**INSTRUCTIONS FOR THE TASK:** Below are the records; copy every line in them that holds the string "CONE".

START EXTRACTED DATA

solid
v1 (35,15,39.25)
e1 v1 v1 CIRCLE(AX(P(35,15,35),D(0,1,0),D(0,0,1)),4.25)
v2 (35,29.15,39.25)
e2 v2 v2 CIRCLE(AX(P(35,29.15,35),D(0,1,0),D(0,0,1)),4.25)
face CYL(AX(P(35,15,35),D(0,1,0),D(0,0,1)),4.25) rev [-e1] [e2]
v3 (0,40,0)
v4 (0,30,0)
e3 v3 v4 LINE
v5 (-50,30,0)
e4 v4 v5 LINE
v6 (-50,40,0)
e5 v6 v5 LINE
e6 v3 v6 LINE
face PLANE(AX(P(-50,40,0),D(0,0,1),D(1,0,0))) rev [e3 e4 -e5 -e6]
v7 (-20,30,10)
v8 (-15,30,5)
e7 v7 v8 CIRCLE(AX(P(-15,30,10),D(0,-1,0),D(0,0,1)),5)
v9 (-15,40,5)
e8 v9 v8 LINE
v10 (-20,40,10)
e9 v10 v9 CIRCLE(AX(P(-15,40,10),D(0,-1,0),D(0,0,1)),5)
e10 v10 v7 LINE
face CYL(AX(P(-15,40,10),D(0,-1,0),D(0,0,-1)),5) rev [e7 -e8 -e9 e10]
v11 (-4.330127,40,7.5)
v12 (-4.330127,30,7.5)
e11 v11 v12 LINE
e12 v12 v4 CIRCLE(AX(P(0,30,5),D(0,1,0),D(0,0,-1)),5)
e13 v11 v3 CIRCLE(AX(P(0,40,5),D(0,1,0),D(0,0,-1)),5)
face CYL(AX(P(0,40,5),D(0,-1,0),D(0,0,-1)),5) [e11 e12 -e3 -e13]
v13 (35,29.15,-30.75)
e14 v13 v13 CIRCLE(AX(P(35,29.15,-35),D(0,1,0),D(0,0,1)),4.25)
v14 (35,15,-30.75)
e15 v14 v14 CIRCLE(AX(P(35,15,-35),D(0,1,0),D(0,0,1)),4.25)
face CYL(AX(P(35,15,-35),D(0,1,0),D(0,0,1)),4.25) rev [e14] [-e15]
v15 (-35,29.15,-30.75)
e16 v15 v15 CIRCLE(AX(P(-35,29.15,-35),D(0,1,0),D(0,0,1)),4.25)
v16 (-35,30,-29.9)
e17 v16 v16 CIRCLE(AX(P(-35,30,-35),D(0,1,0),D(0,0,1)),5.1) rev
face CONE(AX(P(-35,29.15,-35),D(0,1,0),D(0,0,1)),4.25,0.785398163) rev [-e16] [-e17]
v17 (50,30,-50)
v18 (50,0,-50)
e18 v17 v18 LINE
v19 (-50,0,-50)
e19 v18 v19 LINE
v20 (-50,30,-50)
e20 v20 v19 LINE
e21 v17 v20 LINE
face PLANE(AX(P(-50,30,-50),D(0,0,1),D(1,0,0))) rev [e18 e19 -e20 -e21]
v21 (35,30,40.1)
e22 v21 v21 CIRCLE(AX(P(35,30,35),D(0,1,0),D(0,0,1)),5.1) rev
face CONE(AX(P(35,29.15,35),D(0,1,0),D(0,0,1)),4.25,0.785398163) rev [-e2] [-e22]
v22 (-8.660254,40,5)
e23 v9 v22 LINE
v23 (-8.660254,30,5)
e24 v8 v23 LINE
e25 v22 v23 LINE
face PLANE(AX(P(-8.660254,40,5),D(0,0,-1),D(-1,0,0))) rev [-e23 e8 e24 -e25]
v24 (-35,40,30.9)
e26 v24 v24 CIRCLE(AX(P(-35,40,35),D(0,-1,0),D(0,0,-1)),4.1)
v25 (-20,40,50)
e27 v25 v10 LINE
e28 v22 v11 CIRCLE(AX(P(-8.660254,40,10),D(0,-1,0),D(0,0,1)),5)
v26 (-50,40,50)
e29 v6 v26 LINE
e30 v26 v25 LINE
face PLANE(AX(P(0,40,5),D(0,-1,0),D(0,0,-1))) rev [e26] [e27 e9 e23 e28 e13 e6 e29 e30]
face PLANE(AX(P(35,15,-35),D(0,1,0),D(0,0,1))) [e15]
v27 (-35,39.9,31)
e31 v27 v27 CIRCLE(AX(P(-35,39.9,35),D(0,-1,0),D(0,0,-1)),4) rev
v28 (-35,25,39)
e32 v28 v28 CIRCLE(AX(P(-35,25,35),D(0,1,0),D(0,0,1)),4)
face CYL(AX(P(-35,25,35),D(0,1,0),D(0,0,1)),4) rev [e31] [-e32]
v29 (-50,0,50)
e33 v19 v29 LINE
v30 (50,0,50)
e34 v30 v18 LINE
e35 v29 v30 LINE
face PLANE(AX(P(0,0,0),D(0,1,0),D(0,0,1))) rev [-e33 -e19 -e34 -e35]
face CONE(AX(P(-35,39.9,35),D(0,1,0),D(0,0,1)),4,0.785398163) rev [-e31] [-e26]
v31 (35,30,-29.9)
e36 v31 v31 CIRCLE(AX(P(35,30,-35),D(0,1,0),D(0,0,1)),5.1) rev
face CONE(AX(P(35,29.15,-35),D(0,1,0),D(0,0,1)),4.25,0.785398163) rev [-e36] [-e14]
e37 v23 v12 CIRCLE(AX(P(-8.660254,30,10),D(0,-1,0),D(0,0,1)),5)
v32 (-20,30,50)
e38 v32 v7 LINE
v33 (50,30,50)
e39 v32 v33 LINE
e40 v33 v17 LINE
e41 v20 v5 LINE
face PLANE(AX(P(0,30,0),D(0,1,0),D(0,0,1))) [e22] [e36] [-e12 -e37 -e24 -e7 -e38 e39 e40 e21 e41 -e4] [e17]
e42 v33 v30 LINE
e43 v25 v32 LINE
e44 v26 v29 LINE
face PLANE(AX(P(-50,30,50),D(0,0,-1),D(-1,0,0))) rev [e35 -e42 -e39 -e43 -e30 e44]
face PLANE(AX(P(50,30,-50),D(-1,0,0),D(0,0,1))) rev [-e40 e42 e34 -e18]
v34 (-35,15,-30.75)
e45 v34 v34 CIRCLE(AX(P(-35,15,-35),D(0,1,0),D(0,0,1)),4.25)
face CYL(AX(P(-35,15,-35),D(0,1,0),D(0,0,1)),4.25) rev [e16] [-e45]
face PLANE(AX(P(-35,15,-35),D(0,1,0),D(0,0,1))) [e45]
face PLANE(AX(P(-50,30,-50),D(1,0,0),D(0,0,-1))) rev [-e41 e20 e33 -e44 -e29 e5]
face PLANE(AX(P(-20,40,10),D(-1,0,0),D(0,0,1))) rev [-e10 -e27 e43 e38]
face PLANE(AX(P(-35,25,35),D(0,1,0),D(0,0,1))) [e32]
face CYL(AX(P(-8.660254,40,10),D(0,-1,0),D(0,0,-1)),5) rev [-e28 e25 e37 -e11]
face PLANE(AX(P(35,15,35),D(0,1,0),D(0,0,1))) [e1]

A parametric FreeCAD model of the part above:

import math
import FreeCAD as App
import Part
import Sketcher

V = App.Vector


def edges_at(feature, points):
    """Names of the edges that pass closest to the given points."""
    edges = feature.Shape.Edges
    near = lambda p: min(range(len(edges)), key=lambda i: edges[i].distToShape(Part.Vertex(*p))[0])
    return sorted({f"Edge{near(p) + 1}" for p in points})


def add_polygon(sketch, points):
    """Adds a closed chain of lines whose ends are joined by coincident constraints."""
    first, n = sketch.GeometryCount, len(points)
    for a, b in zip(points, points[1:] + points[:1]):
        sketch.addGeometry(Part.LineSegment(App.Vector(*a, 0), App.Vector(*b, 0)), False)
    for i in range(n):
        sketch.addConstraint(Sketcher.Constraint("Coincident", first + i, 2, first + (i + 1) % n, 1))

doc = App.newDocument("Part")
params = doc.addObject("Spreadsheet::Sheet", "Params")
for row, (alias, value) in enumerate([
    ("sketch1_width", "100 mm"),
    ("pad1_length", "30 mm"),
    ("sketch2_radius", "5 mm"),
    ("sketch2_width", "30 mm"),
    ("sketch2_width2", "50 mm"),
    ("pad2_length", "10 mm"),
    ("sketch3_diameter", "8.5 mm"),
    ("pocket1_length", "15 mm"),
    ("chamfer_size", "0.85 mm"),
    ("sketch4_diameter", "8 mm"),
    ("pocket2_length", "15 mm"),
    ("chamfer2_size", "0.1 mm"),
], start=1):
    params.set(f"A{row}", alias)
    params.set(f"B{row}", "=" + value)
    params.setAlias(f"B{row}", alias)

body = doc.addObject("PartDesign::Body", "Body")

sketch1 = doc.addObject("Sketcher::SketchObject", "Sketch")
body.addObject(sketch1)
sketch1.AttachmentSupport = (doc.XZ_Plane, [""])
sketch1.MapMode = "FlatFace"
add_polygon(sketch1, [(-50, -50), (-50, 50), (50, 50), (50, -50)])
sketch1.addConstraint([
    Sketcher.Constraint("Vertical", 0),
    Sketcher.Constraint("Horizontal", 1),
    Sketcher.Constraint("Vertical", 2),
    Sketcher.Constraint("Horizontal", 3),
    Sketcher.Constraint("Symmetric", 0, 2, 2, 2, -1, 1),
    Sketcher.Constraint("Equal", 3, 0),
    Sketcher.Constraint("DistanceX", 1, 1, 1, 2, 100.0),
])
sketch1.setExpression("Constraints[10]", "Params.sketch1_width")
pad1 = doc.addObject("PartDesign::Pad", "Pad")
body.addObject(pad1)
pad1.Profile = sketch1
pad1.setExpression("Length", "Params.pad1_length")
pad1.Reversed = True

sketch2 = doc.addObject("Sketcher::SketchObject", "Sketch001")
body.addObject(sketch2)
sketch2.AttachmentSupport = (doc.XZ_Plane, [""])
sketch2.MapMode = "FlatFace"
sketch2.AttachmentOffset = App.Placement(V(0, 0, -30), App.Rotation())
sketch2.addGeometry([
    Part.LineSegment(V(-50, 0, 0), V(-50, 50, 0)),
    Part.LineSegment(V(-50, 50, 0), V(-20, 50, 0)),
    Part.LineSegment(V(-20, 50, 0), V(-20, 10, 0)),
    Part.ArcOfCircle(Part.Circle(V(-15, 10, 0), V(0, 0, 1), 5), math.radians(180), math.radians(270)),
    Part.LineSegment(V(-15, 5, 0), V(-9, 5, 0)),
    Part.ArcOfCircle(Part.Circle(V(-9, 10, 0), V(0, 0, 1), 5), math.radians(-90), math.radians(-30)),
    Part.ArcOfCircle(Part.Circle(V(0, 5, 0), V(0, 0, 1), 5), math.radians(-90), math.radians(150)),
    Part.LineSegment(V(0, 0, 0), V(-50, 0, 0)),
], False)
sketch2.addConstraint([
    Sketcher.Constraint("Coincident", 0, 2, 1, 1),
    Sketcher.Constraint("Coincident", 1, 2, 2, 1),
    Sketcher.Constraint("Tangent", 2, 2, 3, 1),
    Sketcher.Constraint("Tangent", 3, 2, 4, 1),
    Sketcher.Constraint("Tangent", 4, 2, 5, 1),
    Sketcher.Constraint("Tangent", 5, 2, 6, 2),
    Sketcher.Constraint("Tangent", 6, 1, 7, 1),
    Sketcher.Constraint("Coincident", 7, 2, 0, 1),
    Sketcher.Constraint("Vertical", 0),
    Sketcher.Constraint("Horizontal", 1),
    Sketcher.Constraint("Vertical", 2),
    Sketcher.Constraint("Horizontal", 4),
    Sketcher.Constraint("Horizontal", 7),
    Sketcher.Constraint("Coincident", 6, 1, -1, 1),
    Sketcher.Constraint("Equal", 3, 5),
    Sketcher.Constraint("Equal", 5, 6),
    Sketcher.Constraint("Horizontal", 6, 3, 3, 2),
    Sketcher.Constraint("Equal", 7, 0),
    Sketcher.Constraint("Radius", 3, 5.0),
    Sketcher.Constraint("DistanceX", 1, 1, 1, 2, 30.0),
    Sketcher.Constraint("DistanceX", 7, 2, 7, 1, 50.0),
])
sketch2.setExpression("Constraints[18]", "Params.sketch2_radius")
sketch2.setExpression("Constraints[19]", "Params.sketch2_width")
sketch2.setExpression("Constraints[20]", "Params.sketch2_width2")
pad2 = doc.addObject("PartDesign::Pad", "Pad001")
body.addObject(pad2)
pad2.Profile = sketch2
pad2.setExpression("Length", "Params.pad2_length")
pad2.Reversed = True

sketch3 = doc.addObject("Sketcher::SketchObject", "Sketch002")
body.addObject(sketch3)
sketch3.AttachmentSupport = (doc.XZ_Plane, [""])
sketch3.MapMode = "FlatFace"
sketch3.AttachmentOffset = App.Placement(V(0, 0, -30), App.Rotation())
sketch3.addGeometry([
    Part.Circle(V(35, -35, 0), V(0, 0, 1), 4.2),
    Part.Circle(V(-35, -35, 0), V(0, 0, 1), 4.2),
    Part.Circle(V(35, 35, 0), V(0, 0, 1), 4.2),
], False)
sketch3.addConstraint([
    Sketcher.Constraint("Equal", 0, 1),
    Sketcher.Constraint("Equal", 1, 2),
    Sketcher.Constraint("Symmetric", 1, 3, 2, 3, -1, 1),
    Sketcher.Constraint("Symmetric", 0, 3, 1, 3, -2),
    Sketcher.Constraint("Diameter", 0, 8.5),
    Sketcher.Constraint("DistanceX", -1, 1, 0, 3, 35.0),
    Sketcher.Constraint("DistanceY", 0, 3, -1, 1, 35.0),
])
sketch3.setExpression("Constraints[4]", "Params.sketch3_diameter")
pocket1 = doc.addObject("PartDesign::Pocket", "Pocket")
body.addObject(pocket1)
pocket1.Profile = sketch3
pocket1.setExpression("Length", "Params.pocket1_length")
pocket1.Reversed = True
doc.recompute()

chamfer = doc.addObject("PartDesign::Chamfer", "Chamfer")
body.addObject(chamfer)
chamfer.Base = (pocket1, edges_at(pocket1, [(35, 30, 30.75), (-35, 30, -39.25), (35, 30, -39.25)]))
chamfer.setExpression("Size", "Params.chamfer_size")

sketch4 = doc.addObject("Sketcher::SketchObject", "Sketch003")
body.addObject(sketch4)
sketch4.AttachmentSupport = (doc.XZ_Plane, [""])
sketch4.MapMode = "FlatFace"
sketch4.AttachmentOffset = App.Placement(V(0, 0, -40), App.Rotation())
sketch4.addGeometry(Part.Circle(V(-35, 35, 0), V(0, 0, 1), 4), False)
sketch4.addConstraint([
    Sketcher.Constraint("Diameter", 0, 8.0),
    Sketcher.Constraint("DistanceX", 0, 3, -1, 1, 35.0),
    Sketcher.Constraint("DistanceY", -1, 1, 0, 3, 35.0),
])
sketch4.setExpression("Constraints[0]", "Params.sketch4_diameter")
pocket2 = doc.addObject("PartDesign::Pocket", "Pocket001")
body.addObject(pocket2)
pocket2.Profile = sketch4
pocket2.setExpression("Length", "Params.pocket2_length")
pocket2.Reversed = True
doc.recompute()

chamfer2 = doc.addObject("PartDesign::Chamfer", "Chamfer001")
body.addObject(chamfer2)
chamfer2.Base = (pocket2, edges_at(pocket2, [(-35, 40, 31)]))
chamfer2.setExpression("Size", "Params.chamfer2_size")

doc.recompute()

END EXTRACTED DATA

**OUTPUT:**
face CONE(AX(P(-35,29.15,-35),D(0,1,0),D(0,0,1)),4.25,0.785398163) rev [-e16] [-e17]
face CONE(AX(P(35,29.15,35),D(0,1,0),D(0,0,1)),4.25,0.785398163) rev [-e2] [-e22]
face CONE(AX(P(-35,39.9,35),D(0,1,0),D(0,0,1)),4,0.785398163) rev [-e31] [-e26]
face CONE(AX(P(35,29.15,-35),D(0,1,0),D(0,0,1)),4.25,0.785398163) rev [-e36] [-e14]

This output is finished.